■ Problem description:
Retype only the lines at the head of the records, first through the one with "v 26 -1.562 31.5", exactly as written.

■ Source records:
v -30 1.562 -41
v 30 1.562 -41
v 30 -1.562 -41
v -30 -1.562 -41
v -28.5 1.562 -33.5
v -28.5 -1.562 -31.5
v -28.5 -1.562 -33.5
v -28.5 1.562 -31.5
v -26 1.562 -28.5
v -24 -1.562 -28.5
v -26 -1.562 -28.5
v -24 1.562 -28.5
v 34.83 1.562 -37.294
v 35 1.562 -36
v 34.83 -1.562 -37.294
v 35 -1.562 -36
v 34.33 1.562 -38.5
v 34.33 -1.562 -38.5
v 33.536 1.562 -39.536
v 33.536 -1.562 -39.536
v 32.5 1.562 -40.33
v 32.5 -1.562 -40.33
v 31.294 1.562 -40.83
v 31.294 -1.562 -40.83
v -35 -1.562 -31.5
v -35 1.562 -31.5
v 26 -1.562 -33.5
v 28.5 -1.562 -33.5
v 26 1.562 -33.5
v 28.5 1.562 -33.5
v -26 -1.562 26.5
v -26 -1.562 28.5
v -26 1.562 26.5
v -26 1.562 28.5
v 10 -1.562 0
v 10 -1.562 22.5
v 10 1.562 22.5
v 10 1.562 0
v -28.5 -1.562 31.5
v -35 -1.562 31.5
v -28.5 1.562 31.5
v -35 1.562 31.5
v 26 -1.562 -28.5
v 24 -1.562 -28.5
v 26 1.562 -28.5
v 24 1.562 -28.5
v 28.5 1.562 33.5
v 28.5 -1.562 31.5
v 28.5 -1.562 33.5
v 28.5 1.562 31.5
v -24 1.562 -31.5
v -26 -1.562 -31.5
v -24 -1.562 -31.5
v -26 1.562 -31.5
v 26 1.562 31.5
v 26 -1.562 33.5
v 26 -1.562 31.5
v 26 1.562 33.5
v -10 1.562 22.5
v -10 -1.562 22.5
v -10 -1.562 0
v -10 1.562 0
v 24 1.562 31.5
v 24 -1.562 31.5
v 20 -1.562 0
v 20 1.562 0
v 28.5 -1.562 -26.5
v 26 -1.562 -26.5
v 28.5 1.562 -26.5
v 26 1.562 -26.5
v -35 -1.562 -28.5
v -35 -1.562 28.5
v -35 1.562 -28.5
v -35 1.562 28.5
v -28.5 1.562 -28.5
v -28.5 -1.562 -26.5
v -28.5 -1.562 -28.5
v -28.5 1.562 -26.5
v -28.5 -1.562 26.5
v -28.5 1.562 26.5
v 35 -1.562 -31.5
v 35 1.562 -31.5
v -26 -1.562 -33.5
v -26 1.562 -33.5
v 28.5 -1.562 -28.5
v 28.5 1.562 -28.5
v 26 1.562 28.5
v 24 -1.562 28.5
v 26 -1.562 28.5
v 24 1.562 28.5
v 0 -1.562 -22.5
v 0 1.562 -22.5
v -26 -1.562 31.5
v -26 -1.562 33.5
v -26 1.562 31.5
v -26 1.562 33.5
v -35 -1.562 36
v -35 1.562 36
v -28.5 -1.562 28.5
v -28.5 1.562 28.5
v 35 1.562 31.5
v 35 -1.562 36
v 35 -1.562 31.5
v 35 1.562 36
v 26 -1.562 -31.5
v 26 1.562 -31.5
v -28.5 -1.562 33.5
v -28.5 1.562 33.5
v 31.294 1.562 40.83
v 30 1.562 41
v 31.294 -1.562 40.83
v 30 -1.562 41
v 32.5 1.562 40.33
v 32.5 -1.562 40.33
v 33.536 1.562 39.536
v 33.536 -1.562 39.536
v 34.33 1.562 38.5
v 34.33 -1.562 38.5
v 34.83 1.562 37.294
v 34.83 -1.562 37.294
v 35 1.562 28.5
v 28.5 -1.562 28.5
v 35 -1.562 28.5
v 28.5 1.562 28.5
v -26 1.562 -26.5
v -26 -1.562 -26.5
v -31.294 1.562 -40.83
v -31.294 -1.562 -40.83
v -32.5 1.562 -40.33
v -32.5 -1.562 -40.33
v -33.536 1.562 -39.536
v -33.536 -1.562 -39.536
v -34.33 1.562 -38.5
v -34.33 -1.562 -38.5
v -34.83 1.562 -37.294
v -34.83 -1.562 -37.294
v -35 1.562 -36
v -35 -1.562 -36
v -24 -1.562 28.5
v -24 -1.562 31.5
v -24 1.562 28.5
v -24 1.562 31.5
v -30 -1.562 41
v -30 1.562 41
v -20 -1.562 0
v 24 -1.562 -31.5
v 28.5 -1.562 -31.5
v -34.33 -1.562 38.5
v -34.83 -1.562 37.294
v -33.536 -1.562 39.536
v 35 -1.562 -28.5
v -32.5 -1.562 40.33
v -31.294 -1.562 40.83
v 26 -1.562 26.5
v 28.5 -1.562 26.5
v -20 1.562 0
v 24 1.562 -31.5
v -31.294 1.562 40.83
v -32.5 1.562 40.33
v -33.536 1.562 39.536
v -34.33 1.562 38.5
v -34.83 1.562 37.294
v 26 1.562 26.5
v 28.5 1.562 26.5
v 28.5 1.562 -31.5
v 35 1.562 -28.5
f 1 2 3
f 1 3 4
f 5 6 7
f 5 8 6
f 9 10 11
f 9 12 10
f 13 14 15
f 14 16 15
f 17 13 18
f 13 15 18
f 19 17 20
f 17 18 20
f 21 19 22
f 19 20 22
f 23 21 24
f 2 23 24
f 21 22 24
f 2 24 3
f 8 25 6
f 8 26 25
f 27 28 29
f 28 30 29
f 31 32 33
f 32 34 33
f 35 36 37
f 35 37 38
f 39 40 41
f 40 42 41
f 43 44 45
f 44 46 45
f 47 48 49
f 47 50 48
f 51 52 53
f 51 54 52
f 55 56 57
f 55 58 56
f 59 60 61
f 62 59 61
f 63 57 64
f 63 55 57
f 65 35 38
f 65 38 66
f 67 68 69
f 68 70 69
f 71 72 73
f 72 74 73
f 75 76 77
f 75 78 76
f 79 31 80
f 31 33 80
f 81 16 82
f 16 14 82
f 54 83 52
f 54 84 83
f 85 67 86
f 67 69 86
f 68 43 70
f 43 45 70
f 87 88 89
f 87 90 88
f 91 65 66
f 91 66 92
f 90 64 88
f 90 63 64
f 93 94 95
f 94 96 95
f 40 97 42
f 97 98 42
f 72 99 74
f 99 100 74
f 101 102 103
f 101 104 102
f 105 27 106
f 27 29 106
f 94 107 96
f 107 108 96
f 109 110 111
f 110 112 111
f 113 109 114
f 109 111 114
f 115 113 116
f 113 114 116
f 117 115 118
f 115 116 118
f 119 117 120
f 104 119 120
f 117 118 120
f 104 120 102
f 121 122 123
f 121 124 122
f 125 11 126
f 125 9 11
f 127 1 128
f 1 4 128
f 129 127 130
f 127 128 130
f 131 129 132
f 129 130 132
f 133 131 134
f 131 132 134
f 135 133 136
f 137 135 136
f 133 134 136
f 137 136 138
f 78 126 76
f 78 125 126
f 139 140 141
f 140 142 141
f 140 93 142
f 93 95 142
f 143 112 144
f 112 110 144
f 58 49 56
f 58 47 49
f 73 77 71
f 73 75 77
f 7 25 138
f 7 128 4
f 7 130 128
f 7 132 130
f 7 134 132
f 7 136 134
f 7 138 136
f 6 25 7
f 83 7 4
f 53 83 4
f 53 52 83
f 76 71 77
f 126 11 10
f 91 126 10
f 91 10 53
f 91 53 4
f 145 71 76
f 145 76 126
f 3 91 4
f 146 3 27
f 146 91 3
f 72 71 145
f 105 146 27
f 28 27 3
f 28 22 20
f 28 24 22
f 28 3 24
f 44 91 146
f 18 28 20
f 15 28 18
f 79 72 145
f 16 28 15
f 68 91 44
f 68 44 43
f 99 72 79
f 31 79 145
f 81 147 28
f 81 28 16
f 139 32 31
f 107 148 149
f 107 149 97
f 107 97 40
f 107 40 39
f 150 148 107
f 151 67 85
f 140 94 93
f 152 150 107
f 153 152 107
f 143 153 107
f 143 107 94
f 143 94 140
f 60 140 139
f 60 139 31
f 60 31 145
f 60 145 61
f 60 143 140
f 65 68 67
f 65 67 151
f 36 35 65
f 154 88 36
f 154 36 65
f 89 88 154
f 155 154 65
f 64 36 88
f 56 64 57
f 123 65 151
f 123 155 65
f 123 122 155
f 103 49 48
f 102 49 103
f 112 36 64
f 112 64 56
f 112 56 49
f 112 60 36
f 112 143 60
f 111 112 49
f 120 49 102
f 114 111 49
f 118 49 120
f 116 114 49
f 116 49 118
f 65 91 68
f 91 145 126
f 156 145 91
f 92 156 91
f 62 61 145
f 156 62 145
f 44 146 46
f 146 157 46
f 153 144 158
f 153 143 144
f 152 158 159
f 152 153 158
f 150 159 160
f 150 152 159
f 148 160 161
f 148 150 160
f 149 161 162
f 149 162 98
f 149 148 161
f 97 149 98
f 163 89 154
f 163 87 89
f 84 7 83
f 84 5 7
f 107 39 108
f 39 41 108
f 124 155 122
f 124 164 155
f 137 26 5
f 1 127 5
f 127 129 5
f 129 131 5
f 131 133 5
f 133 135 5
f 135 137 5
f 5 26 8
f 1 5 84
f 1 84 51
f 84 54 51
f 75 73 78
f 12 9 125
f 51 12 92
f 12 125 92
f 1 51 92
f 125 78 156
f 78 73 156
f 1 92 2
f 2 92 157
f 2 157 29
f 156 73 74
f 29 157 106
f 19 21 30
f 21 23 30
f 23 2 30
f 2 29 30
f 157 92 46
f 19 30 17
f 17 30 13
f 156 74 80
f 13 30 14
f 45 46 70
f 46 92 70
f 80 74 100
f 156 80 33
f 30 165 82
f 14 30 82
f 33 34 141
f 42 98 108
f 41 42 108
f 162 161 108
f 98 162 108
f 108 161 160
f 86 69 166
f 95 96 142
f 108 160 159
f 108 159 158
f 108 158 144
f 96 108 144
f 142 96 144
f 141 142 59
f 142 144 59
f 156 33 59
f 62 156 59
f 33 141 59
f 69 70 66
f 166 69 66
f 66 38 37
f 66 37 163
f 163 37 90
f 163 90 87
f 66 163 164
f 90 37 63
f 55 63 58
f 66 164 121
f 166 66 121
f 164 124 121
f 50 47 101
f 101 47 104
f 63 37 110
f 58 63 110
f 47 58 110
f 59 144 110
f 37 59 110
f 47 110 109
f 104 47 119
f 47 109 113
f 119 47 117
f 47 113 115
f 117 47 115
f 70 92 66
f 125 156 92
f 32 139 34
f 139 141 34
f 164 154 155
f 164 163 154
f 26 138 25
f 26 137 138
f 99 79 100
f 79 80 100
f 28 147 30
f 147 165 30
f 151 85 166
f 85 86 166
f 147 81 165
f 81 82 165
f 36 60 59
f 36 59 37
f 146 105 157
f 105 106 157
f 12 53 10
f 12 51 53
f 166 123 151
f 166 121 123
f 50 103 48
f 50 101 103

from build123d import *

# Parameters (mm, degrees)
BOSS_EXTRUDE1_DEPTH  = 1.5625
MIRROR4_COPY_1_DEPTH = 1.5625
FILLET1_R            = 5
CUT_EXTRUDE1_START   = -4.125
CUT_EXTRUDE1_DEPTH   = 5.125


with BuildPart() as part:
    # Sketch1 → Boss-Extrude1 (new body, symmetric)
    with BuildSketch(Plane(origin=(0, 0, 0), x_dir=(1, 0, 0), z_dir=(0, 1, 0))):
        Polygon((0, 41), (35, 41), (35, 31.5), (28.5, 31.5), (28.5, 33.5), (26, 33.5), (26, 31.5), (24, 31.5), (24, 28.5), (26, 28.5), (26, 26.5), (28.5, 26.5), (28.5, 28.5), (35, 28.5), (35, 0), (0, 0), align=None)
    boss_extrude1 = extrude(amount=BOSS_EXTRUDE1_DEPTH, both=True)

    # Mirror1: Boss-Extrude1 across plane
    add(boss_extrude1.mirror(Plane(origin=(0, 0, 0), x_dir=(0, 0, 1), z_dir=(1, 0, 0))))

    # Mirror4: Boss-Extrude1 across plane
    add(boss_extrude1.mirror(Plane.XY))

    # Mirror4 copy 1 sketch → Mirror4 copy 1 (add, symmetric)
    with BuildSketch(Plane(origin=(0, 0, 0), x_dir=(-1, 0, 0), z_dir=(0, 1, 0))):
        Polygon((0, 41), (35, 41), (35, 31.5), (28.5, 31.5), (28.5, 33.5), (26, 33.5), (26, 31.5), (24, 31.5), (24, 28.5), (26, 28.5), (26, 26.5), (28.5, 26.5), (28.5, 28.5), (35, 28.5), (35, 0), (0, 0), align=None)
    extrude(amount=MIRROR4_COPY_1_DEPTH, both=True)

    # Fillet1
    fillet1_edges = [part.edges().sort_by_distance(p)[0] for p in [
        (35, 0, 41),
        (35, 0, -41),
        (-35, 0, -41),
        (-35, 0, 41),
    ]]
    fillet(fillet1_edges, radius=FILLET1_R)

    # Sketch2 → Cut-Extrude1 (cut)
    with BuildSketch(Plane(origin=(0, 1.5625, 0), x_dir=(1, 0, 0), z_dir=(0, 1, 0)).offset(CUT_EXTRUDE1_START)):
        Polygon((0, 22.5), (0, -22.5), (-10, -22.5), (-10, 0), (-20, 0), align=None)
    cut_extrude1 = extrude(amount=CUT_EXTRUDE1_DEPTH, mode=Mode.SUBTRACT)

    # Mirror5: Cut-Extrude1 across plane
    add(cut_extrude1.mirror(Plane(origin=(0, 0, 0), x_dir=(0, 0, 1), z_dir=(1, 0, 0))), mode=Mode.SUBTRACT)


solid = part.part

■ Answer box:
v -30 1.562 -41
v 30 1.562 -41
v 30 -1.562 -41
v -30 -1.562 -41
v -28.5 1.562 -33.5
v -28.5 -1.562 -31.5
v -28.5 -1.562 -33.5
v -28.5 1.562 -31.5
v -26 1.562 -28.5
v -24 -1.562 -28.5
v -26 -1.562 -28.5
v -24 1.562 -28.5
v 34.83 1.562 -37.294
v 35 1.562 -36
v 34.83 -1.562 -37.294
v 35 -1.562 -36
v 34.33 1.562 -38.5
v 34.33 -1.562 -38.5
v 33.536 1.562 -39.536
v 33.536 -1.562 -39.536
v 32.5 1.562 -40.33
v 32.5 -1.562 -40.33
v 31.294 1.562 -40.83
v 31.294 -1.562 -40.83
v -35 -1.562 -31.5
v -35 1.562 -31.5
v 26 -1.562 -33.5
v 28.5 -1.562 -33.5
v 26 1.562 -33.5
v 28.5 1.562 -33.5
v -26 -1.562 26.5
v -26 -1.562 28.5
v -26 1.562 26.5
v -26 1.562 28.5
v 10 -1.562 0
v 10 -1.562 22.5
v 10 1.562 22.5
v 10 1.562 0
v -28.5 -1.562 31.5
v -35 -1.562 31.5
v -28.5 1.562 31.5
v -35 1.562 31.5
v 26 -1.562 -28.5
v 24 -1.562 -28.5
v 26 1.562 -28.5
v 24 1.562 -28.5
v 28.5 1.562 33.5
v 28.5 -1.562 31.5
v 28.5 -1.562 33.5
v 28.5 1.562 31.5
v -24 1.562 -31.5
v -26 -1.562 -31.5
v -24 -1.562 -31.5
v -26 1.562 -31.5
v 26 1.562 31.5
v 26 -1.562 33.5
v 26 -1.562 31.5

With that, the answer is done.